> _PROBLEM_
Beneath this line is the data. Output exactly the lines from the line with "FILE_DESCRIPTION((''),'2;1');" to the line with "#5=PRODUCT_DEFINITION_CONTEXT('',#1,'design');", both ends included, and nothing more.

Stored records
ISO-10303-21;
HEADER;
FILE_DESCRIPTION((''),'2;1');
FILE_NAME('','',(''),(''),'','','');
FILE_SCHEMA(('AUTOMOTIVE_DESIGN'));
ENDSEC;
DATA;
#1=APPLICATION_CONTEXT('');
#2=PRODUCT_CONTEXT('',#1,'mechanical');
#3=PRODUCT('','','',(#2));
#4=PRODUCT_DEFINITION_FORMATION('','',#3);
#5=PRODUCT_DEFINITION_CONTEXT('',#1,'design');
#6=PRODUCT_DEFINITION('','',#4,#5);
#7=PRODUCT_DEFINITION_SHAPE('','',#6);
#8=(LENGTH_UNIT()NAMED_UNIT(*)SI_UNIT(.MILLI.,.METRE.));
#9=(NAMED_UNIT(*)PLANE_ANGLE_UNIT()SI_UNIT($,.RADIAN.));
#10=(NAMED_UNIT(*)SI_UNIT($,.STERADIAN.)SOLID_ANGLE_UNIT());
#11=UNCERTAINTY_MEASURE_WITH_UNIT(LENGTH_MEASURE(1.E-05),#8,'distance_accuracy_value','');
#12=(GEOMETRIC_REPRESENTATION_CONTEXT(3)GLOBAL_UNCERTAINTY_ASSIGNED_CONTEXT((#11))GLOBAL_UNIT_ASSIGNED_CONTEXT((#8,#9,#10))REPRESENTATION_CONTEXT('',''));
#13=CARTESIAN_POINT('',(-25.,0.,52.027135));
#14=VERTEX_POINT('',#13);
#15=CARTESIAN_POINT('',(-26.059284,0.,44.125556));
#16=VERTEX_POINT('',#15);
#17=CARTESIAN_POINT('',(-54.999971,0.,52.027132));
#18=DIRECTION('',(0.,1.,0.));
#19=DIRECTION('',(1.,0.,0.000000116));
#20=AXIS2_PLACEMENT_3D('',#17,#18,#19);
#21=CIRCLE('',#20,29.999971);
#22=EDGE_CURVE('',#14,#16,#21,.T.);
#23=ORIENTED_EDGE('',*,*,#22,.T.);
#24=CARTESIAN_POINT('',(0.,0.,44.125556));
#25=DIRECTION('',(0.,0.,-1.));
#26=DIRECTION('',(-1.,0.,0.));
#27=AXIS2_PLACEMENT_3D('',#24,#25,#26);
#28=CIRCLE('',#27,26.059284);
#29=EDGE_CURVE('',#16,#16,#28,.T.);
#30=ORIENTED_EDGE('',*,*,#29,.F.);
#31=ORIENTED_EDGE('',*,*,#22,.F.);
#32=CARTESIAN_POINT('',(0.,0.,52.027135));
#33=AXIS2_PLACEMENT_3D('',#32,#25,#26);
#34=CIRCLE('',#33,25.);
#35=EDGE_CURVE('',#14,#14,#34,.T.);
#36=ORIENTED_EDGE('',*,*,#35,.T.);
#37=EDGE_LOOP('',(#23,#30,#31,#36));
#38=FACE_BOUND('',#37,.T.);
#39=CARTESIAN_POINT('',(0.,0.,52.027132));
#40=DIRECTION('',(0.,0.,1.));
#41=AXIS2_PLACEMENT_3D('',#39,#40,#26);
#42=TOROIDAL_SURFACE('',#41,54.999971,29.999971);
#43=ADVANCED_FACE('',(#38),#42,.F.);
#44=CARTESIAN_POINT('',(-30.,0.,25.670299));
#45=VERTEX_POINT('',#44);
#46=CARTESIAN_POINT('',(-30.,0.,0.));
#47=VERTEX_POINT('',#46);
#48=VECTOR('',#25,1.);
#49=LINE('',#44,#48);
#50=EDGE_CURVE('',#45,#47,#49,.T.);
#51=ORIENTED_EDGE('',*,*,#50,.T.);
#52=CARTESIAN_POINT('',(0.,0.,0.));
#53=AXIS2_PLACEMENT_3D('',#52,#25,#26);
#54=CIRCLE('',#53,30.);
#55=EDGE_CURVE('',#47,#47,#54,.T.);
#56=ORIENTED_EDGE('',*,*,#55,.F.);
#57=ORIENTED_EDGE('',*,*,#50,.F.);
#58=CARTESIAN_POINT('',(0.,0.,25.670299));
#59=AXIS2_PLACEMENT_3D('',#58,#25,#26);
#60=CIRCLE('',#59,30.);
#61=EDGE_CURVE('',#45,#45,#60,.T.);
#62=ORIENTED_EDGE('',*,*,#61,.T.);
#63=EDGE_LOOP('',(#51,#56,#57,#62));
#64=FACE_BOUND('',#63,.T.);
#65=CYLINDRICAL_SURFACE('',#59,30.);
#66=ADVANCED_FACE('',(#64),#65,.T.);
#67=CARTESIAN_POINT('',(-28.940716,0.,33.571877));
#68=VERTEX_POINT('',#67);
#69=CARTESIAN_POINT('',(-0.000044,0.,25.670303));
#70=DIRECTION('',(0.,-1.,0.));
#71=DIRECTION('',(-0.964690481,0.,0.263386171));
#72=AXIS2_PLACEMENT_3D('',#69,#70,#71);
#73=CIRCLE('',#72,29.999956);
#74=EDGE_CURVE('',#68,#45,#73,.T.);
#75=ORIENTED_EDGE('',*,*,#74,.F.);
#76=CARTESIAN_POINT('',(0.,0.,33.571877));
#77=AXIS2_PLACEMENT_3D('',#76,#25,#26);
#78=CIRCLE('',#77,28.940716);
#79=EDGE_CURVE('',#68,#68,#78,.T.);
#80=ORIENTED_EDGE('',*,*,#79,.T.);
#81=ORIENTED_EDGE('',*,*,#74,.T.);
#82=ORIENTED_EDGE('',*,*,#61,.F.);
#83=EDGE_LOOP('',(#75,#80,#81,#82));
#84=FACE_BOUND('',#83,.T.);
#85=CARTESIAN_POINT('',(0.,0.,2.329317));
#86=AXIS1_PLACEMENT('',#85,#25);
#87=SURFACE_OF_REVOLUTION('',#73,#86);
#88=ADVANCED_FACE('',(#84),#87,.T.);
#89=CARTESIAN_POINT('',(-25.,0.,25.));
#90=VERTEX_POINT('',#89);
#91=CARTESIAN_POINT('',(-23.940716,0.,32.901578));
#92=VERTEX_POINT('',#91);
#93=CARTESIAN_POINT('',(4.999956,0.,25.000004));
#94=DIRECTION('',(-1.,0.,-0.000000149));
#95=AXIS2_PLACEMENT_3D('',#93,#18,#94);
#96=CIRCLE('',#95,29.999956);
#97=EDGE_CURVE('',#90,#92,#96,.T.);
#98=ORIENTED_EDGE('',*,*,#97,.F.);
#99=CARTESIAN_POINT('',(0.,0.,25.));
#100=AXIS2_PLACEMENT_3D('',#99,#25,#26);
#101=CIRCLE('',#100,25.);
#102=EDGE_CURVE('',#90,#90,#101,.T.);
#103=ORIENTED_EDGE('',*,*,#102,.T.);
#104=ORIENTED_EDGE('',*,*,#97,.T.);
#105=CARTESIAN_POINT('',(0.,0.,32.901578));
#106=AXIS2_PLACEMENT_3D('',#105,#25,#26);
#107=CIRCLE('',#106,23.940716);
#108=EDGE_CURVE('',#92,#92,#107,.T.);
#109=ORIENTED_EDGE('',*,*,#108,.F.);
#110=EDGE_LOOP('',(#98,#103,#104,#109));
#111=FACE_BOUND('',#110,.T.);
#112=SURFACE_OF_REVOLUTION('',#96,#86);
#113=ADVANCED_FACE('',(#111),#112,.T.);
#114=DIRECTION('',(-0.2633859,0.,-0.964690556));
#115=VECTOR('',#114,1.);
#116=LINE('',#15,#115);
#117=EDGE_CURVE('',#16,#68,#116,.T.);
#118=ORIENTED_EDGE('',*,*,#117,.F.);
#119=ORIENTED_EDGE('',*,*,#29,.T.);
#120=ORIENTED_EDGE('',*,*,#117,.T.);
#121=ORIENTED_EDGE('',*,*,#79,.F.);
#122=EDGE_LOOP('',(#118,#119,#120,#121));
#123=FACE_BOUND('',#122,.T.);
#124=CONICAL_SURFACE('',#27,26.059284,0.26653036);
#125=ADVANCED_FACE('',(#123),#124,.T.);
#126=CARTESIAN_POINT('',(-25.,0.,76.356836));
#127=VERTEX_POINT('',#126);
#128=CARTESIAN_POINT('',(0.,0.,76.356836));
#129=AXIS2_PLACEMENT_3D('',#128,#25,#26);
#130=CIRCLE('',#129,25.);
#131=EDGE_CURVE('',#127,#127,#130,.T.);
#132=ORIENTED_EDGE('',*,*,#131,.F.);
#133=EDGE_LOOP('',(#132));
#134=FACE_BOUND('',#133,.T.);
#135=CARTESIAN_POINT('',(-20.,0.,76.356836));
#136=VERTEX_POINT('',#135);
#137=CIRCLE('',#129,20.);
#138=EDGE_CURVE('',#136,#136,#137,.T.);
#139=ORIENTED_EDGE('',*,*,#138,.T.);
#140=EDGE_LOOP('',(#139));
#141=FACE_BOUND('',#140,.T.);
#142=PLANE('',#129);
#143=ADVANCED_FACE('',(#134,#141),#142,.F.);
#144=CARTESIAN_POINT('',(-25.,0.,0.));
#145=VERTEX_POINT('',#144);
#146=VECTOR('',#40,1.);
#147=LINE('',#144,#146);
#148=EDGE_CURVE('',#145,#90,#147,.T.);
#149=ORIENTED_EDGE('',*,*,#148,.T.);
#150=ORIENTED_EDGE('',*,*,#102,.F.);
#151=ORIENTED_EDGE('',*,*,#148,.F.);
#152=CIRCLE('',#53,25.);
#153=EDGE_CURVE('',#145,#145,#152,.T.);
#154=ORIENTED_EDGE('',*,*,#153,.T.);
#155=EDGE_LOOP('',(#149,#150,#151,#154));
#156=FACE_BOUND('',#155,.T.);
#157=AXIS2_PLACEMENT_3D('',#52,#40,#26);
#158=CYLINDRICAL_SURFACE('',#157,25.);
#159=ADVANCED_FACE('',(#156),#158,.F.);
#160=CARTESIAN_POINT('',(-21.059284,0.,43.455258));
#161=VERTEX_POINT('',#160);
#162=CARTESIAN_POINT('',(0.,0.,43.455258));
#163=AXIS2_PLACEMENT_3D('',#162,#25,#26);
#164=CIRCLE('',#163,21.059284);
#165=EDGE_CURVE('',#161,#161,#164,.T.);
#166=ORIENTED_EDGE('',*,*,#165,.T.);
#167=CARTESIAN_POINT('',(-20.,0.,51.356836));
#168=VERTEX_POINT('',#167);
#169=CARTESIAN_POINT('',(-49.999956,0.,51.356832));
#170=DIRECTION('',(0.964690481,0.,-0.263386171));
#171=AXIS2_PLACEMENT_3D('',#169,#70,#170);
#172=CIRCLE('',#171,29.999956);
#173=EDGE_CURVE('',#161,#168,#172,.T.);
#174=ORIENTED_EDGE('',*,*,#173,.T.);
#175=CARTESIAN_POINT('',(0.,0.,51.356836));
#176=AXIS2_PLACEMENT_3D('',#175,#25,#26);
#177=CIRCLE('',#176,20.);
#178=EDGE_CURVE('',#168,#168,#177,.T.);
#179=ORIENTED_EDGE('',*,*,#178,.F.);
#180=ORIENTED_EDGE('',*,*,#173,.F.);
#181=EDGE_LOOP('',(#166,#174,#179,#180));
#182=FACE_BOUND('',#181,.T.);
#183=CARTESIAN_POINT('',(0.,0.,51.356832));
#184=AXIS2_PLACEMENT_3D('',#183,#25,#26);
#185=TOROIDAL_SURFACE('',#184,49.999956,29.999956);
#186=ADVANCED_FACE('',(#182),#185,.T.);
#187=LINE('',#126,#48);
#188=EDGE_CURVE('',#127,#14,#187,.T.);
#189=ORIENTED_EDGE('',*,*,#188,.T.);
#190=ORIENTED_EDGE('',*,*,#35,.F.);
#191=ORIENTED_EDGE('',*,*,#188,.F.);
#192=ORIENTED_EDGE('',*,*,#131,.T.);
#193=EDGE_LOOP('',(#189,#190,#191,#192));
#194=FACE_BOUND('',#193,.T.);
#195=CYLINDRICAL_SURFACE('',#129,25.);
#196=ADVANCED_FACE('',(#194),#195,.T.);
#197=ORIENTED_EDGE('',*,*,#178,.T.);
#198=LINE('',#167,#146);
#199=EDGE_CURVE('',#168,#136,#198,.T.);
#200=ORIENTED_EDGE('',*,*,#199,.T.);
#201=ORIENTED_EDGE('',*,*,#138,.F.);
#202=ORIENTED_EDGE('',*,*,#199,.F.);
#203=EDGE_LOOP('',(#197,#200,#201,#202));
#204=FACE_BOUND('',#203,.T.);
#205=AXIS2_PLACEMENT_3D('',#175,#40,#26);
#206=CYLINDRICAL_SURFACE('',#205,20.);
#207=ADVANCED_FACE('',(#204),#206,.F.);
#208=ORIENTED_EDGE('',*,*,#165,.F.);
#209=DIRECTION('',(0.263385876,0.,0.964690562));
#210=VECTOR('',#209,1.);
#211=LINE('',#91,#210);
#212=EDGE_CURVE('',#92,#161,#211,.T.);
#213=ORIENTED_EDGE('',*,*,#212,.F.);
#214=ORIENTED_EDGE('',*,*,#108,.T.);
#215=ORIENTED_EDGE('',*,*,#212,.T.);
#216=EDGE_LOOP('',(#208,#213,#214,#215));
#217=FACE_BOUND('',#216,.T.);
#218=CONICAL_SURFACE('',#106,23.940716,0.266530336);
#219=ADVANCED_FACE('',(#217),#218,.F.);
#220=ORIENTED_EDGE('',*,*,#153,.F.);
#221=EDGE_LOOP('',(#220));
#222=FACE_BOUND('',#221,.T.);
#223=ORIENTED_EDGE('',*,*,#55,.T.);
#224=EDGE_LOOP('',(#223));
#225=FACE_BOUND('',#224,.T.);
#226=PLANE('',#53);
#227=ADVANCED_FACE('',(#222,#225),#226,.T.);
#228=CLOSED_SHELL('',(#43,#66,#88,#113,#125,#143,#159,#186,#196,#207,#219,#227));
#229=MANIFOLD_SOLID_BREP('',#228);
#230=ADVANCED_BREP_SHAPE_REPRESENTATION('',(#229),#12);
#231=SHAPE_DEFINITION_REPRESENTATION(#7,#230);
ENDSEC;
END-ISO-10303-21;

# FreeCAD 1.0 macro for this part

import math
import FreeCAD as App
import Part
import Sketcher
Q = App.Units.Quantity

doc = App.newDocument("Part")
body = doc.addObject("PartDesign::Body", "Body")

sketch1 = doc.addObject("Sketcher::SketchObject", "Sketch")
body.addObject(sketch1)
sketch1.AttachmentSupport = (doc.XZ_Plane, [""])
sketch1.MapMode = "FlatFace"
sketch1.addGeometry(Part.LineSegment(App.Vector(-30, 0, 0), App.Vector(-25, 0, 0)), False)
sketch1.addGeometry(Part.LineSegment(App.Vector(-25, 0, 0), App.Vector(-25, 25, 0)), False)
sketch1.addGeometry(Part.ArcOfCircle(Part.Circle(App.Vector(5, 25, 0), App.Vector(0, 0, 1), 30), math.radians(164.73), math.radians(180)), False)
sketch1.addGeometry(Part.LineSegment(App.Vector(-24, 33, 0), App.Vector(-21, 43, 0)), False)
sketch1.addGeometry(Part.ArcOfCircle(Part.Circle(App.Vector(-50, 51, 0), App.Vector(0, 0, 1), 30), math.radians(-15.27), math.radians(0)), False)
sketch1.addGeometry(Part.LineSegment(App.Vector(-20, 51, 0), App.Vector(-20, 76, 0)), False)
sketch1.addGeometry(Part.LineSegment(App.Vector(-20, 76, 0), App.Vector(-25, 76, 0)), False)
sketch1.addGeometry(Part.LineSegment(App.Vector(-25, 76, 0), App.Vector(-25, 52, 0)), False)
sketch1.addGeometry(Part.ArcOfCircle(Part.Circle(App.Vector(-55, 52, 0), App.Vector(0, 0, 1), 30), math.radians(-15.27), math.radians(0)), False)
sketch1.addGeometry(Part.LineSegment(App.Vector(-26, 44, 0), App.Vector(-29, 34, 0)), False)
sketch1.addGeometry(Part.ArcOfCircle(Part.Circle(App.Vector(0, 26, 0), App.Vector(0, 0, 1), 30), math.radians(164.73), math.radians(180)), False)
sketch1.addGeometry(Part.LineSegment(App.Vector(-30, 26, 0), App.Vector(-30, 0, 0)), False)
sketch1.addConstraint(Sketcher.Constraint("Coincident", 0, 2, 1, 1))
sketch1.addConstraint(Sketcher.Constraint("Tangent", 1, 2, 2, 2))
sketch1.addConstraint(Sketcher.Constraint("Tangent", 2, 1, 3, 1))
sketch1.addConstraint(Sketcher.Constraint("Tangent", 3, 2, 4, 1))
sketch1.addConstraint(Sketcher.Constraint("Tangent", 4, 2, 5, 1))
sketch1.addConstraint(Sketcher.Constraint("Coincident", 5, 2, 6, 1))
sketch1.addConstraint(Sketcher.Constraint("Coincident", 6, 2, 7, 1))
sketch1.addConstraint(Sketcher.Constraint("Tangent", 7, 2, 8, 2))
sketch1.addConstraint(Sketcher.Constraint("Tangent", 8, 1, 9, 1))
sketch1.addConstraint(Sketcher.Constraint("Tangent", 9, 2, 10, 1))
sketch1.addConstraint(Sketcher.Constraint("Tangent", 10, 2, 11, 1))
sketch1.addConstraint(Sketcher.Constraint("Coincident", 11, 2, 0, 1))
sketch1.addConstraint(Sketcher.Constraint("Horizontal", 0))
sketch1.addConstraint(Sketcher.Constraint("Vertical", 1))
sketch1.addConstraint(Sketcher.Constraint("Vertical", 5))
sketch1.addConstraint(Sketcher.Constraint("Horizontal", 6))
sketch1.addConstraint(Sketcher.Constraint("Vertical", 7))
sketch1.addConstraint(Sketcher.Constraint("Vertical", 11))
sketch1.addConstraint(Sketcher.Constraint("Equal", 2, 4))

> _FINAL ANSWER_
FILE_DESCRIPTION((''),'2;1');
FILE_NAME('','',(''),(''),'','','');
FILE_SCHEMA(('AUTOMOTIVE_DESIGN'));
ENDSEC;
DATA;
#1=APPLICATION_CONTEXT('');
#2=PRODUCT_CONTEXT('',#1,'mechanical');
#3=PRODUCT('','','',(#2));
#4=PRODUCT_DEFINITION_FORMATION('','',#3);
#5=PRODUCT_DEFINITION_CONTEXT('',#1,'design');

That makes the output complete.